▶ [ABOUT THIS TASK]: Print the lines of the data, starting with the first, up to and including the line where "v -4.265 -2 2.152" appears.

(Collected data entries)
§ §
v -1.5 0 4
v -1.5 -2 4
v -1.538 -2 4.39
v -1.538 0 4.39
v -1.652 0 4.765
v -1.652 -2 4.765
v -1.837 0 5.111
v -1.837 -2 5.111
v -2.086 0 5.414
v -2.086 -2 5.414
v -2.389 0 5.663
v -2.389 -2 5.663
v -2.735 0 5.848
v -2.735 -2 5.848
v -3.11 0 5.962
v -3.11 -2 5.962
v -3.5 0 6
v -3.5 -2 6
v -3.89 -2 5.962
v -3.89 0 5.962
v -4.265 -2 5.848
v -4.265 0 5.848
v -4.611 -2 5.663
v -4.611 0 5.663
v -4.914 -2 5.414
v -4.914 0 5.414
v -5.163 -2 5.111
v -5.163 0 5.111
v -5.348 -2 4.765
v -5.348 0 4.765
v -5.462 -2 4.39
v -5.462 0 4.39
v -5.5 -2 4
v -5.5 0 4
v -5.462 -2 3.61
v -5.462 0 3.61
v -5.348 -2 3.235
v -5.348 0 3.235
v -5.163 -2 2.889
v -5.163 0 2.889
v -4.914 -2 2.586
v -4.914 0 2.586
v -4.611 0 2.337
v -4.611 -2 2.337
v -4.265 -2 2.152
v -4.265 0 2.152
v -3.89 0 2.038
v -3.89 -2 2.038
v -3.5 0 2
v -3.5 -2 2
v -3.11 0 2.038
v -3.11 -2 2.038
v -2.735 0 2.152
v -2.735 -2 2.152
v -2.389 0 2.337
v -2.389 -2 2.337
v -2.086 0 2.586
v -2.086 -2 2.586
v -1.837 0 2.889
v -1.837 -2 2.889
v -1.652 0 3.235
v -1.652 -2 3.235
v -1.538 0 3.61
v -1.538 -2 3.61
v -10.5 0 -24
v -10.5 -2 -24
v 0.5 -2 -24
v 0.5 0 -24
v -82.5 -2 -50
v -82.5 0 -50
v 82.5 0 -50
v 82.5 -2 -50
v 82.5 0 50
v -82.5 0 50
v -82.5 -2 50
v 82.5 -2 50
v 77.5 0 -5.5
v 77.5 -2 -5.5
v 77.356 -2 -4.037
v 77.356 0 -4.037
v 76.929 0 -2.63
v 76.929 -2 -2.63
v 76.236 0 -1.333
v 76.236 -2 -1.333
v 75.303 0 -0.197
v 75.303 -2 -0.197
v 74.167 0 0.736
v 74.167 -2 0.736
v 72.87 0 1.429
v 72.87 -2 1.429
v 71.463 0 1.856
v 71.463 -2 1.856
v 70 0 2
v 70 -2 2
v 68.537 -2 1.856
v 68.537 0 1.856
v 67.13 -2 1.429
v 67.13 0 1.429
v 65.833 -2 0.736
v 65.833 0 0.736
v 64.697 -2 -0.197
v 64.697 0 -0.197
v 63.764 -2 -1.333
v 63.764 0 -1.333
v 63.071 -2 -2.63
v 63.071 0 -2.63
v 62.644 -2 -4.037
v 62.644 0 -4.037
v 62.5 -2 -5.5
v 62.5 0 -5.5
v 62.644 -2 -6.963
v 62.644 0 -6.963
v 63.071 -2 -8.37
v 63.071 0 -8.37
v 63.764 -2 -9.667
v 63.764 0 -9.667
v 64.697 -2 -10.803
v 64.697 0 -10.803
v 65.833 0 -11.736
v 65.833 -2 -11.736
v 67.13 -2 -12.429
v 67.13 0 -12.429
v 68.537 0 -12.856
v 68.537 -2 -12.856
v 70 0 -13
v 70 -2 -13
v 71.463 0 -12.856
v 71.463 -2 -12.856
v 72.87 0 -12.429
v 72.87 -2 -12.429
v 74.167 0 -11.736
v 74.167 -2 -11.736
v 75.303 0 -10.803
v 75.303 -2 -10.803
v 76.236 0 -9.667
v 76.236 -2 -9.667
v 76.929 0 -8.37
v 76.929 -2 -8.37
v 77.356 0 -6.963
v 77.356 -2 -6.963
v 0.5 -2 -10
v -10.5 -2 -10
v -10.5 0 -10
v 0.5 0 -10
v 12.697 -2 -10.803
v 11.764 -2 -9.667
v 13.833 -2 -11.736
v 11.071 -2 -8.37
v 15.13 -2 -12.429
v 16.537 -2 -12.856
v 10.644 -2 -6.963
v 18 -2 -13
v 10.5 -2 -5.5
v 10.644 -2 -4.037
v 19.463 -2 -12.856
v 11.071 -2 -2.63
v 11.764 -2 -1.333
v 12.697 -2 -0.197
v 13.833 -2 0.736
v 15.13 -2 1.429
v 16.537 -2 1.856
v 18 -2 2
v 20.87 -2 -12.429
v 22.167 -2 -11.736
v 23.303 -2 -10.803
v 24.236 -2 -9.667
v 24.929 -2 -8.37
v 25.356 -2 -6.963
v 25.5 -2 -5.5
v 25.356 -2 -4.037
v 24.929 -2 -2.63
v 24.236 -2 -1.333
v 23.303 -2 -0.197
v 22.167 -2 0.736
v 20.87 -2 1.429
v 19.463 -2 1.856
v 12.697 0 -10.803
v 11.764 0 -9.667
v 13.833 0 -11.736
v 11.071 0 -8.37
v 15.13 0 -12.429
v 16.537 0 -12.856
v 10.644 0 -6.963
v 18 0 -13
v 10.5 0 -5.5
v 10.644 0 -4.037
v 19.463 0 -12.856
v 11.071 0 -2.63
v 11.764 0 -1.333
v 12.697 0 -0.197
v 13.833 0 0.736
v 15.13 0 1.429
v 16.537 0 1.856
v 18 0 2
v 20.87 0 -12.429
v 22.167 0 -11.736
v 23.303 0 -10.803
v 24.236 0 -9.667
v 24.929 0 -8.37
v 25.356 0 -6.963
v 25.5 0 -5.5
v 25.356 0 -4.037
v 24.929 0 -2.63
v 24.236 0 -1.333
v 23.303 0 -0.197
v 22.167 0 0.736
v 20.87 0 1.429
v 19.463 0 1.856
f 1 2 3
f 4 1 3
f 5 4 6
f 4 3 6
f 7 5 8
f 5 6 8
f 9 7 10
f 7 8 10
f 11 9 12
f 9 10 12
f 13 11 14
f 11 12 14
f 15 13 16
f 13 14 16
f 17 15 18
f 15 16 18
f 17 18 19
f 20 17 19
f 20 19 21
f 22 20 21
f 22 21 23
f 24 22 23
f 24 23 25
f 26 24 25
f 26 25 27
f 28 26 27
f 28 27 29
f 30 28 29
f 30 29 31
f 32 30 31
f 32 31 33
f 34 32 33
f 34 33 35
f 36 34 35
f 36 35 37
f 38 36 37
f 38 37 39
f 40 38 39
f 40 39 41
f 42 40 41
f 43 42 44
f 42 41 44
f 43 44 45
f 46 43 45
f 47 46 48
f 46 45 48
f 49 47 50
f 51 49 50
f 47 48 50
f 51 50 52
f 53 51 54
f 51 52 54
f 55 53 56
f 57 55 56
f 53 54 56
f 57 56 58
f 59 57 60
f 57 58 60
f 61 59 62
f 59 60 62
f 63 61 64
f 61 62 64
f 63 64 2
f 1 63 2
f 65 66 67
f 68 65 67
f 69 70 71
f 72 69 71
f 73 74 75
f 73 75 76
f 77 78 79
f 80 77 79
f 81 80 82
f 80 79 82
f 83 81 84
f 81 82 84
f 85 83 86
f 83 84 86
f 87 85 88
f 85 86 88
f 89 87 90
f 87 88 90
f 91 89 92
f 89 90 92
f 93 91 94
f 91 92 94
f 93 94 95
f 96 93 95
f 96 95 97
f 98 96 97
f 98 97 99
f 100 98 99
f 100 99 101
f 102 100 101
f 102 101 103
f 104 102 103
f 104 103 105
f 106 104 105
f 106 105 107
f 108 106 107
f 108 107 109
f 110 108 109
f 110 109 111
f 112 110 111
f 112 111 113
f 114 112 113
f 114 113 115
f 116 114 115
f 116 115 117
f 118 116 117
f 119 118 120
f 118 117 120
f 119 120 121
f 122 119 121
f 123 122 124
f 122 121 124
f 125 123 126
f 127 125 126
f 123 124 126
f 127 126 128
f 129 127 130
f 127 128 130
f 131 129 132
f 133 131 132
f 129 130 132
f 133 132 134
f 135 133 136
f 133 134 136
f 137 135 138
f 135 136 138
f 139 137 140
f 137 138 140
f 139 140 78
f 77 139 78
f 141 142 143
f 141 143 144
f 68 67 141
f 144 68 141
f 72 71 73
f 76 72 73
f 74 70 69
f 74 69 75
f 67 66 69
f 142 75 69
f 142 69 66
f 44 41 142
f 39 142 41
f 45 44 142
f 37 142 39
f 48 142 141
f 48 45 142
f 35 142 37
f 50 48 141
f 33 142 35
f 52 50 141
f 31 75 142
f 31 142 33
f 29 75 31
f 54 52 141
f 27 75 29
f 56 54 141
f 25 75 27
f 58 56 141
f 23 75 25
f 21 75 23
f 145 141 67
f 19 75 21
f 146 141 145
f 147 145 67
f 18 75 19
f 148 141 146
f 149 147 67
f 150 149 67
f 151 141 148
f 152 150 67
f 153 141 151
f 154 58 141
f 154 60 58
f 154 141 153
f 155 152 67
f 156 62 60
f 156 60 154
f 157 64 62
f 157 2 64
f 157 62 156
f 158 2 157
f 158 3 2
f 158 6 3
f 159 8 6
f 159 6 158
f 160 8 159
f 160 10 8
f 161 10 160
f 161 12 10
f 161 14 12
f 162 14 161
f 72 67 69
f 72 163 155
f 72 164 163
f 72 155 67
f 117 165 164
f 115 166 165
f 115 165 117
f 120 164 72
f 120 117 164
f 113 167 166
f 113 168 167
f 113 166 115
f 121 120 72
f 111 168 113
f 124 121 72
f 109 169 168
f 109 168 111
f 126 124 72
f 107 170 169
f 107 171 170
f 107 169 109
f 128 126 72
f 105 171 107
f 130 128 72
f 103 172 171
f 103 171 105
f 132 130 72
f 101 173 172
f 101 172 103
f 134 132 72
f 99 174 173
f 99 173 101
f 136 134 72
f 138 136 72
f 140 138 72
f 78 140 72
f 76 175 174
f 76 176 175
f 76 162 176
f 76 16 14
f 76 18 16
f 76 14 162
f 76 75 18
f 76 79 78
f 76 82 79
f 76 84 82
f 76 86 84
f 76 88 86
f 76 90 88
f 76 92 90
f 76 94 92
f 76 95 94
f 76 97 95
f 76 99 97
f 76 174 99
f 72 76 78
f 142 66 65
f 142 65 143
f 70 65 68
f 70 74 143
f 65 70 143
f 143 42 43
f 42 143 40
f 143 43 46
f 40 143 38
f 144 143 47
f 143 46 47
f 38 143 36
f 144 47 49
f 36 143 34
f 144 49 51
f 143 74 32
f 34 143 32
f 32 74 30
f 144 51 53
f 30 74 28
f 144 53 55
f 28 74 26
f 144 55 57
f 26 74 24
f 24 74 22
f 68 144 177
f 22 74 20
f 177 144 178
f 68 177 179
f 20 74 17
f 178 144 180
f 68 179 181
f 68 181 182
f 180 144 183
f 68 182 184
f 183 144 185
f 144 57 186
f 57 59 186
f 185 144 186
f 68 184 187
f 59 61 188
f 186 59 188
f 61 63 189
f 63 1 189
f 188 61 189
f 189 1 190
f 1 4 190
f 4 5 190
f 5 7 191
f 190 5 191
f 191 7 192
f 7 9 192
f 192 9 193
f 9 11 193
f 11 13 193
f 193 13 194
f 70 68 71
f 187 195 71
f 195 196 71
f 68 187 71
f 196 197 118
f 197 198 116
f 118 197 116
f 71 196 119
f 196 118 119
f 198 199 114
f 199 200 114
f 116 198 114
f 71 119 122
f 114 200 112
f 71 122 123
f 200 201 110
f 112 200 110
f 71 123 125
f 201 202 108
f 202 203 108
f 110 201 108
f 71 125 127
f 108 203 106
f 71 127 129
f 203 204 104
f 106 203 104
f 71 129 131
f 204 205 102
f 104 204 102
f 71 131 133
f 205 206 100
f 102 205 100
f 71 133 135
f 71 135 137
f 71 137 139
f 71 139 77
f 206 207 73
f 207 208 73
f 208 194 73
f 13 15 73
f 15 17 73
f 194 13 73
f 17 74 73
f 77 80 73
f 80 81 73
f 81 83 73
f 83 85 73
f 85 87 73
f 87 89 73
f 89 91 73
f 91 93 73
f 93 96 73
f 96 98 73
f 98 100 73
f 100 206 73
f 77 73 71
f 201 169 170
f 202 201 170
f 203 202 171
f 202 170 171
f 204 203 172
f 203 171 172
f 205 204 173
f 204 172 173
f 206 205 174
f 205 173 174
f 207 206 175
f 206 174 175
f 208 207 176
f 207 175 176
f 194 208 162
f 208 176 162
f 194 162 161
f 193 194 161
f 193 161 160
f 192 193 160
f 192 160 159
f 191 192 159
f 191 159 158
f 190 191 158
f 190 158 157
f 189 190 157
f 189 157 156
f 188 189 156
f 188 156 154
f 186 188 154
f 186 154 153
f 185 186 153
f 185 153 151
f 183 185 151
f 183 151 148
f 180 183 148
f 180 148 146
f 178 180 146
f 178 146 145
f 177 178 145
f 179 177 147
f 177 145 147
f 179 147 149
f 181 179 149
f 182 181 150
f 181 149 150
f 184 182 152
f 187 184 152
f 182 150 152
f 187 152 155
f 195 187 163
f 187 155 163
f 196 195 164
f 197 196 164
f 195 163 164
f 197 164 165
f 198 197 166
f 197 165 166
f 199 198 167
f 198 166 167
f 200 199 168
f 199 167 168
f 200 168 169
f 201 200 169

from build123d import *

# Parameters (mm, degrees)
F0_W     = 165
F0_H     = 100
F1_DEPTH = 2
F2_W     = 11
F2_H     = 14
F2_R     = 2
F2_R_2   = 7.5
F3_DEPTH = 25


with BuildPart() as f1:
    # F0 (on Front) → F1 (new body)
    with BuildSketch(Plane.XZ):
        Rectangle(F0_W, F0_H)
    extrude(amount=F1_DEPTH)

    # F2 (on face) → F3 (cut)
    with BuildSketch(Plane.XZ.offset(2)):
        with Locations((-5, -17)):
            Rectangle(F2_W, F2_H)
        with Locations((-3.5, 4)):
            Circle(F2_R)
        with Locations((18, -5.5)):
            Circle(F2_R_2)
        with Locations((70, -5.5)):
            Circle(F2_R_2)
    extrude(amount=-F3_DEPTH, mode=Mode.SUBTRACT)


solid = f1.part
§ §
▶ [TASK RESPONSE]:
v -1.5 0 4
v -1.5 -2 4
v -1.538 -2 4.39
v -1.538 0 4.39
v -1.652 0 4.765
v -1.652 -2 4.765
v -1.837 0 5.111
v -1.837 -2 5.111
v -2.086 0 5.414
v -2.086 -2 5.414
v -2.389 0 5.663
v -2.389 -2 5.663
v -2.735 0 5.848
v -2.735 -2 5.848
v -3.11 0 5.962
v -3.11 -2 5.962
v -3.5 0 6
v -3.5 -2 6
v -3.89 -2 5.962
v -3.89 0 5.962
v -4.265 -2 5.848
v -4.265 0 5.848
v -4.611 -2 5.663
v -4.611 0 5.663
v -4.914 -2 5.414
v -4.914 0 5.414
v -5.163 -2 5.111
v -5.163 0 5.111
v -5.348 -2 4.765
v -5.348 0 4.765
v -5.462 -2 4.39
v -5.462 0 4.39
v -5.5 -2 4
v -5.5 0 4
v -5.462 -2 3.61
v -5.462 0 3.61
v -5.348 -2 3.235
v -5.348 0 3.235
v -5.163 -2 2.889
v -5.163 0 2.889
v -4.914 -2 2.586
v -4.914 0 2.586
v -4.611 0 2.337
v -4.611 -2 2.337
v -4.265 -2 2.152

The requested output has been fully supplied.